Hot water, tea, or coffee we all tend to consume either of the products at least once a day
either, in work stations, homes, or schools. However, people sometimes feel lazy, tired, or busy
to heat water or any of the products manually. On the other hand, it is fascinating that people are
always close or near their personal computers (laptops) or smartphones thus it is necessary to
build a product that will aid in heating water without altering their “comfort zones.” Therefore,
by creating an ikettle that connects to the smartphone or the PC using a Bluetooth or Wi-Fi will
solve the above problem. The kettle can be switched on or off from your phone or PC, thus
enabling people to continue consuming their favorite drinks “stimulants.” Moreover, the product
will save time, particularly in a work station set-up.

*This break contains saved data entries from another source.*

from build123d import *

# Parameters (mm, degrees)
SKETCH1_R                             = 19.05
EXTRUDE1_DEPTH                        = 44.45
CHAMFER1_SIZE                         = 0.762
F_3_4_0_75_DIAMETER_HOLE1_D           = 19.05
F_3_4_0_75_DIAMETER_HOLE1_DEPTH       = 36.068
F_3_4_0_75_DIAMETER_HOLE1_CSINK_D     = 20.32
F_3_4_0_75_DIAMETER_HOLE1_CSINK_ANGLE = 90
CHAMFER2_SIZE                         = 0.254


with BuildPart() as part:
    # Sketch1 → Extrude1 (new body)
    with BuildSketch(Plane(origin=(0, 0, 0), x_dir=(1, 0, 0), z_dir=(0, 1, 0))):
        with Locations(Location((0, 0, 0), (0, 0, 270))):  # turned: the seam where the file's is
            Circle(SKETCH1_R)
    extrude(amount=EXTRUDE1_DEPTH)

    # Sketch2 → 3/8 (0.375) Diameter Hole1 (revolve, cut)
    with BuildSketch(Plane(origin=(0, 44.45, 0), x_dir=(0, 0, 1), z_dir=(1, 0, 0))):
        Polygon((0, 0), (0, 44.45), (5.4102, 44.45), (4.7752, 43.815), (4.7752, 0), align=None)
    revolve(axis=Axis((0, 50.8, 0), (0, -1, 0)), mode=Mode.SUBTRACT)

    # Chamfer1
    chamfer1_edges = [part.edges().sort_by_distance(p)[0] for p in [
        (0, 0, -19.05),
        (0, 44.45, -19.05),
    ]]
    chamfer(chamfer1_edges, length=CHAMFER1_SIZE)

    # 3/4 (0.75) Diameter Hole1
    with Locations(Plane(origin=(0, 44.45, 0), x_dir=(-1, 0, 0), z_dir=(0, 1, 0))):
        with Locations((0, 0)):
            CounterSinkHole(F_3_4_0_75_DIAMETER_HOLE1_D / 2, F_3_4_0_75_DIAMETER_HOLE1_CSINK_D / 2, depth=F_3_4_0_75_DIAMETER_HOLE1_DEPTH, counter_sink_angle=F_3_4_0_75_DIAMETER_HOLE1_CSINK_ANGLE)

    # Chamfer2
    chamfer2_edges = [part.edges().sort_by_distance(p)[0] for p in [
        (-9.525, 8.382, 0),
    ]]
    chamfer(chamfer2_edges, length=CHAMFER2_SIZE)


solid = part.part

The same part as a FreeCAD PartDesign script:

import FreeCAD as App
import Part
import Sketcher
from FreeCAD import Vector
Q = App.Units.Quantity


def edges_at(feature, points):
    """Names of the edges that pass closest to the given points."""
    edges = feature.Shape.Edges
    near = lambda p: min(range(len(edges)), key=lambda i: edges[i].distToShape(Part.Vertex(*p))[0])
    return sorted({f"Edge{near(p) + 1}" for p in points})


def add_polygon(sketch, points):
    """Adds a closed chain of lines whose ends are joined by coincident constraints."""
    first, n = sketch.GeometryCount, len(points)
    for a, b in zip(points, points[1:] + points[:1]):
        sketch.addGeometry(Part.LineSegment(App.Vector(*a, 0), App.Vector(*b, 0)), False)
    for i in range(n):
        sketch.addConstraint(Sketcher.Constraint("Coincident", first + i, 2, first + (i + 1) % n, 1))

doc = App.newDocument("Part")
body = doc.addObject("PartDesign::Body", "Body")

# Sketch on XZ plane
sketch1 = body.newObject("Sketcher::SketchObject", "Sketch")
sketch1.AttachmentSupport = (doc.getObject("XZ_Plane"), [""])
sketch1.MapMode = "FlatFace"
sketch1.addGeometry(Part.Circle(Vector(0, 0, 0), Vector(0, 0, 1), 19), False)
sketch1.addConstraint([
    Sketcher.Constraint("Coincident", 0, 3, -1, 1),
    Sketcher.Constraint("Diameter", 0, Q("1.5 in")),
])
pad1 = body.newObject("PartDesign::Pad", "Pad")
pad1.Profile = sketch1
pad1.Length = Q("1.75 in")
pad1.Reversed = True

# Sketch on YZ plane
sketch2 = body.newObject("Sketcher::SketchObject", "Sketch001")
sketch2.AttachmentSupport = (doc.getObject("YZ_Plane"), [""])
sketch2.MapMode = "FlatFace"
add_polygon(sketch2, [(0, 0), (44.5, 0), (44.5, 4.8), (0.6, 4.8), (0, 5.4)])  # lines 0-4
sketch2.addConstraint([
    Sketcher.Constraint("Horizontal", 0),
    Sketcher.Constraint("Vertical", 1),
    Sketcher.Constraint("Horizontal", 2),
    Sketcher.Constraint("Vertical", 4),
    Sketcher.Constraint("Coincident", 4, 2, -1, 1),
    Sketcher.Constraint("Angle", 3, Q("135 deg")),
    Sketcher.Constraint("DistanceX", 0, 1, 0, 2, Q("1.75 in")),
    Sketcher.Constraint("DistanceX", 2, 2, 2, 1, Q("1.725 in")),
    Sketcher.Constraint("DistanceY", 1, 1, 1, 2, Q("0.188 in")),
])
groove = body.newObject("PartDesign::Groove", "Groove")
groove.Profile = sketch2
groove.ReferenceAxis = (sketch2, ["H_Axis"])
groove.Angle = 360
doc.recompute()

chamfer = body.newObject("PartDesign::Chamfer", "Chamfer")
chamfer.Base = (groove, edges_at(groove, [(0, 0, -19.05), (0, 44.45, -19.05)]))
chamfer.Size = Q("0.03 in")

# Sketch on XZ plane
sketch3 = body.newObject("Sketcher::SketchObject", "Sketch002")
sketch3.AttachmentSupport = (doc.getObject("XZ_Plane"), [""])
sketch3.MapMode = "FlatFace"
sketch3.AttachmentOffset = App.Placement(Vector(0, 0, -1.75 * 25.4), App.Rotation())
sketch3.addGeometry(Part.Circle(Vector(0, 0, 0), Vector(0, 0, 1), 10), False)
sketch3.addConstraint([
    Sketcher.Constraint("Coincident", 0, 3, -1, 1),
    Sketcher.Constraint("Diameter", 0, Q("0.75 in")),
])
doc.recompute()
hole = body.newObject("PartDesign::Hole", "Hole")
hole.Profile = sketch3
hole.ThreadType = "None"
hole.Diameter = Q("0.75 in")
hole.DepthType = "Dimension"
hole.Depth = Q("1.42 in")
hole.DrillPoint = "Flat"
hole.HoleCutType = "Countersink"
hole.HoleCutDiameter = Q("0.8 in")
hole.HoleCutCountersinkAngle = 90
hole.Reversed = True
doc.recompute()

chamfer2 = body.newObject("PartDesign::Chamfer", "Chamfer001")
chamfer2.Base = (hole, edges_at(hole, [(-9.525, 8.382, 0)]))
chamfer2.Size = Q("0.01 in")

doc.recompute()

There is no doubt quality control (QC) practices tend to develop an appropriate
mechanism to the vital and challenging task of managing organizational change hence statistical
process control (SPC) is the critical way to QC. Notably, SPC is a set of methods that assess the
ongoing improvement of systems, processes, and outcome, whereby the technique uses the
trends and variation generated from a dataset (Toledo, Lizarelli, & Santana, 2017). There are
various tools incorporated in SPC, which include scatter diagrams, flow diagrams, frequency
plots, run charts, frequency charts, and control charts (Gejdoš, 2015). Therefore, it is essential to
assess the quality of the ikettle, whereby a control chart known as p-chart will be used to exhibit
if the production process of the product is under control or not.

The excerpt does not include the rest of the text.